In the records that follow, count the lines where the string "about" appears, and give the count with nothing added.
-- MATERIAL TO PROCESS follows --
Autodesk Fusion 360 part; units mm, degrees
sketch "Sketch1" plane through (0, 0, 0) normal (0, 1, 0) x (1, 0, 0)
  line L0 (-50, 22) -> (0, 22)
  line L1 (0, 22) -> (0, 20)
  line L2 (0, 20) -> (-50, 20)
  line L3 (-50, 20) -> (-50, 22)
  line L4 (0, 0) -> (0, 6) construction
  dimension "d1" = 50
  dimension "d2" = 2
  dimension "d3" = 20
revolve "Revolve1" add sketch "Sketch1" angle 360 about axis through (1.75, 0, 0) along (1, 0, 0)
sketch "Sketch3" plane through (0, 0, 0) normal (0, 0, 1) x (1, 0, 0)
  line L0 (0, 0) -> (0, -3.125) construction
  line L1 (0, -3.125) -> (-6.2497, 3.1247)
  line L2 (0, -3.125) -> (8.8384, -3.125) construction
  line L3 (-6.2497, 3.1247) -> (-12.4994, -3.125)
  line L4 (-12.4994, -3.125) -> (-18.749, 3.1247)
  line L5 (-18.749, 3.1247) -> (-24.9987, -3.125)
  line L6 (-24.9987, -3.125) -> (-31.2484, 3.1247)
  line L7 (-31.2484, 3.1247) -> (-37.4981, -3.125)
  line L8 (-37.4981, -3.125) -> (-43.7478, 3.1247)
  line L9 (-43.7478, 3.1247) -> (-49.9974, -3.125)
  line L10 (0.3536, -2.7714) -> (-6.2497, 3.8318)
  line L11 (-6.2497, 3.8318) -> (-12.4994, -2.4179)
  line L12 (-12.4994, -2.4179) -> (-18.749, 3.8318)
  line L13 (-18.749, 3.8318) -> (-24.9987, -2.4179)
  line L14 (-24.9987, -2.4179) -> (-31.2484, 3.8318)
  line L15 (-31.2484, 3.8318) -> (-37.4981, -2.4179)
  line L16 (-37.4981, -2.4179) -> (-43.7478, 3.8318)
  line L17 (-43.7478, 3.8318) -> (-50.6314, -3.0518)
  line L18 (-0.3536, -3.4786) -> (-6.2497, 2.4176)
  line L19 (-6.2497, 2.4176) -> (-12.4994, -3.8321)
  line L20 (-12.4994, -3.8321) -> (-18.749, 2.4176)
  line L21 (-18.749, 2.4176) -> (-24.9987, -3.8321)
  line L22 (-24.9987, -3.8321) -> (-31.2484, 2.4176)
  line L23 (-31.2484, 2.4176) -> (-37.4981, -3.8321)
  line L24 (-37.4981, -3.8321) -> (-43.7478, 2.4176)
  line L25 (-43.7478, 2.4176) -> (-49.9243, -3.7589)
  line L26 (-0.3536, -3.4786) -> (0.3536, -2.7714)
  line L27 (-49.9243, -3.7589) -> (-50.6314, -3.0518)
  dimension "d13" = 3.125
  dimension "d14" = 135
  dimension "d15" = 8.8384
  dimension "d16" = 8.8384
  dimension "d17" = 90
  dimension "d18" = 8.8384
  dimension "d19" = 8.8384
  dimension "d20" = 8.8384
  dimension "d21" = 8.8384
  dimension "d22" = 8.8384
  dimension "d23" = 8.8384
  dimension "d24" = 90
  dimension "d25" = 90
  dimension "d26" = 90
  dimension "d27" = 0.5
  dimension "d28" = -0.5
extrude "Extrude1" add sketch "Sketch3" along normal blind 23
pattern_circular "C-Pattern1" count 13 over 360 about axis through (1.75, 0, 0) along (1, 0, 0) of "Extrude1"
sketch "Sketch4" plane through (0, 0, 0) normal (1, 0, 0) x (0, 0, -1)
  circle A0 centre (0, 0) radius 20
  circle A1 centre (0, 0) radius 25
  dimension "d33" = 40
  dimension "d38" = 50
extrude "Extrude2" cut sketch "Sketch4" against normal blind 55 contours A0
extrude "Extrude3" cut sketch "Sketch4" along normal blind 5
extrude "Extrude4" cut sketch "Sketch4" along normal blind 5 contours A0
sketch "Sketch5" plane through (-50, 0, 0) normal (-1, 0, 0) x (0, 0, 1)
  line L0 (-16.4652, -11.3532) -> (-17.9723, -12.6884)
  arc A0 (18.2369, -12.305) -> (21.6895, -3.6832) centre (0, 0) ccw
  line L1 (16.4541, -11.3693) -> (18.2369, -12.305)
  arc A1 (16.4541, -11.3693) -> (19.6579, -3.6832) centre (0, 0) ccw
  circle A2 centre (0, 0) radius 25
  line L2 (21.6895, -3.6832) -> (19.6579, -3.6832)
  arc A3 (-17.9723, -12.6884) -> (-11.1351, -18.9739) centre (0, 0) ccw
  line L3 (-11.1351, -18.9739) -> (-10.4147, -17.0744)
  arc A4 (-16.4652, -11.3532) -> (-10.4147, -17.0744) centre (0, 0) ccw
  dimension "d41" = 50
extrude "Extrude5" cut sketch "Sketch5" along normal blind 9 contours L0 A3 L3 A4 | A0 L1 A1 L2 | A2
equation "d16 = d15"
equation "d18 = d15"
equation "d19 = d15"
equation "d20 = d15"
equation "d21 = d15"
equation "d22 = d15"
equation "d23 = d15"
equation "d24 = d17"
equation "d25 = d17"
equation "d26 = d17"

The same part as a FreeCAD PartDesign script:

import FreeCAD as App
import Part
import Sketcher
from FreeCAD import Vector


def add_polygon(sketch, points):
    """Adds a closed chain of lines whose ends are joined by coincident constraints."""
    first, n = sketch.GeometryCount, len(points)
    for a, b in zip(points, points[1:] + points[:1]):
        sketch.addGeometry(Part.LineSegment(App.Vector(*a, 0), App.Vector(*b, 0)), False)
    for i in range(n):
        sketch.addConstraint(Sketcher.Constraint("Coincident", first + i, 2, first + (i + 1) % n, 1))

doc = App.newDocument("Part")
body = doc.addObject("PartDesign::Body", "Body")
body.AllowCompound = True

# Sketch on XZ plane
sketch1 = doc.addObject("Sketcher::SketchObject", "Sketch")
body.addObject(sketch1)
sketch1.AttachmentSupport = (doc.XZ_Plane, [""])
sketch1.MapMode = "FlatFace"
add_polygon(sketch1, [(0, -22), (-50, -22), (-50, -20), (0, -20)])  # lines 0-3
sketch1.addConstraint([
    Sketcher.Constraint("Horizontal", 0),
    Sketcher.Constraint("Vertical", 1),
    Sketcher.Constraint("Horizontal", 2),
    Sketcher.Constraint("Vertical", 3),
    Sketcher.Constraint("PointOnObject", 2, 2, -2),
    Sketcher.Constraint("DistanceX", 0, 2, 0, 1, 50.0),
    Sketcher.Constraint("DistanceY", 1, 1, 1, 2, 2.0),
    Sketcher.Constraint("DistanceY", 1, 2, -1, 1, 20.0),
])
revolution = doc.addObject("PartDesign::Revolution", "Revolution")
body.addObject(revolution)
revolution.Profile = sketch1
revolution.ReferenceAxis = (sketch1, ["H_Axis"])
revolution.Angle = 360

# Sketch on XY plane
sketch2 = doc.addObject("Sketcher::SketchObject", "Sketch001")
body.addObject(sketch2)
sketch2.AttachmentSupport = (doc.XY_Plane, [""])
sketch2.MapMode = "FlatFace"
add_polygon(sketch2, [(-0.4, -3.5), (0.4, -2.8), (-6.2, 3.8), (-12.5, -2.4), (-18.7, 3.8), (-25, -2.4), (-31.2, 3.8), (-37.5, -2.4), (-43.7, 3.8), (-50.6, -3.1), (-49.9, -3.8), (-43.7, 2.4), (-37.5, -3.8), (-31.2, 2.4), (-25, -3.8), (-18.7, 2.4), (-12.5, -3.8), (-6.2, 2.4)])  # lines 0-17
sketch2.addConstraint([
    Sketcher.Constraint("Perpendicular", 0, 1),
    Sketcher.Constraint("Perpendicular", 1, 2),
    Sketcher.Constraint("Perpendicular", 2, 3),
    Sketcher.Constraint("Perpendicular", 3, 4),
    Sketcher.Constraint("Perpendicular", 4, 5),
    Sketcher.Constraint("Perpendicular", 5, 6),
    Sketcher.Constraint("Perpendicular", 6, 7),
    Sketcher.Constraint("Perpendicular", 7, 8),
    Sketcher.Constraint("Perpendicular", 8, 9),
    Sketcher.Constraint("Perpendicular", 9, 10),
    Sketcher.Constraint("Perpendicular", 10, 11),
    Sketcher.Constraint("Perpendicular", 11, 12),
    Sketcher.Constraint("Perpendicular", 12, 13),
    Sketcher.Constraint("Perpendicular", 13, 14),
    Sketcher.Constraint("Perpendicular", 14, 15),
    Sketcher.Constraint("Perpendicular", 15, 16),
    Sketcher.Constraint("Perpendicular", 16, 17),
    Sketcher.Constraint("Horizontal", 1, 2, 3, 2),
    Sketcher.Constraint("Horizontal", 2, 2, 4, 2),
    Sketcher.Constraint("Horizontal", 3, 2, 5, 2),
    Sketcher.Constraint("Horizontal", 4, 2, 6, 2),
    Sketcher.Constraint("Horizontal", 5, 2, 7, 2),
    Sketcher.Constraint("Horizontal", 10, 2, 12, 2),
    Sketcher.Constraint("Horizontal", 11, 2, 13, 2),
    Sketcher.Constraint("Horizontal", 12, 2, 14, 2),
    Sketcher.Constraint("Horizontal", 13, 2, 15, 2),
    Sketcher.Constraint("Horizontal", 14, 2, 16, 2),
    Sketcher.Constraint("Vertical", 7, 2, 10, 2),
    Sketcher.Constraint("Vertical", 6, 2, 11, 2),
    Sketcher.Constraint("Equal", 2, 3),
    Sketcher.Constraint("Distance", 9, 1.0),
    Sketcher.Constraint("Distance", 2, 8.8384),
    Sketcher.Constraint("Distance", 8, 9.735),
    Sketcher.Constraint("DistanceY", 2, 2, -1, 1, 2.418),
    Sketcher.Constraint("DistanceX", 3, 2, -1, 1, 18.749),
    Sketcher.Constraint("DistanceX", 2, 2, 0, 2, 12.853),
])
pad1 = doc.addObject("PartDesign::Pad", "Pad")
body.addObject(pad1)
pad1.Profile = sketch2
pad1.Length = 23
doc.recompute()

polarpattern = doc.addObject("PartDesign::PolarPattern", "PolarPattern")
body.addObject(polarpattern)
polarpattern.Originals = [pad1]
polarpattern.Axis = (doc.X_Axis, [""])
polarpattern.Angle = 360
polarpattern.Occurrences = 13
body.Tip = polarpattern

# Sketch on YZ plane
sketch3 = doc.addObject("Sketcher::SketchObject", "Sketch002")
body.addObject(sketch3)
sketch3.AttachmentSupport = (doc.YZ_Plane, [""])
sketch3.MapMode = "FlatFace"
sketch3.addGeometry(Part.Circle(Vector(0, 0, 0), Vector(0, 0, 1), 20), False)
sketch3.addConstraint([
    Sketcher.Constraint("Coincident", 0, 3, -1, 1),
    Sketcher.Constraint("Diameter", 0, 40.0),
])
pocket1 = doc.addObject("PartDesign::Pocket", "Pocket")
body.addObject(pocket1)
pocket1.Profile = sketch3
pocket1.Length = 55

# Sketch on YZ plane
sketch4 = doc.addObject("Sketcher::SketchObject", "Sketch003")
body.addObject(sketch4)
sketch4.AttachmentSupport = (doc.YZ_Plane, [""])
sketch4.MapMode = "FlatFace"
sketch4.addGeometry([
    Part.Circle(Vector(0, 0, 0), Vector(0, 0, 1), 25),
    Part.Circle(Vector(0, 0, 0), Vector(0, 0, 1), 20),
], False)
sketch4.addConstraint([
    Sketcher.Constraint("Coincident", 0, 3, -1, 1),
    Sketcher.Constraint("Coincident", 1, 3, -1, 1),
    Sketcher.Constraint("Diameter", 0, 50.0),
    Sketcher.Constraint("Diameter", 1, 40.0),
])
pocket2 = doc.addObject("PartDesign::Pocket", "Pocket001")
body.addObject(pocket2)
pocket2.Profile = sketch4
pocket2.Length = 5
pocket2.Reversed = True

# Sketch on YZ plane
sketch5 = doc.addObject("Sketcher::SketchObject", "Sketch004")
body.addObject(sketch5)
sketch5.AttachmentSupport = (doc.YZ_Plane, [""])
sketch5.MapMode = "FlatFace"
sketch5.addGeometry(Part.Circle(Vector(0, 0, 0), Vector(0, 0, 1), 20), False)
sketch5.addConstraint([
    Sketcher.Constraint("Coincident", 0, 3, -1, 1),
    Sketcher.Constraint("Diameter", 0, 40.0),
])
pocket3 = doc.addObject("PartDesign::Pocket", "Pocket002")
body.addObject(pocket3)
pocket3.Profile = sketch5
pocket3.Length = 5
pocket3.Reversed = True

# Sketch on YZ plane
sketch6 = doc.addObject("Sketcher::SketchObject", "Sketch005")
body.addObject(sketch6)
sketch6.AttachmentSupport = (doc.YZ_Plane, [""])
sketch6.MapMode = "FlatFace"
sketch6.AttachmentOffset = App.Placement(Vector(0, 0, -50), App.Rotation())
sketch6.addGeometry(Part.Circle(Vector(0, 0, 0), Vector(0, 0, 1), 25), False)
sketch6.addConstraint([
    Sketcher.Constraint("Coincident", 0, 3, -1, 1),
    Sketcher.Constraint("Diameter", 0, 50.0),
])
pocket4 = doc.addObject("PartDesign::Pocket", "Pocket003")
body.addObject(pocket4)
pocket4.Profile = sketch6
pocket4.Length = 9

doc.recompute()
-- MATERIAL TO PROCESS concluded --
▸ RESULT: 2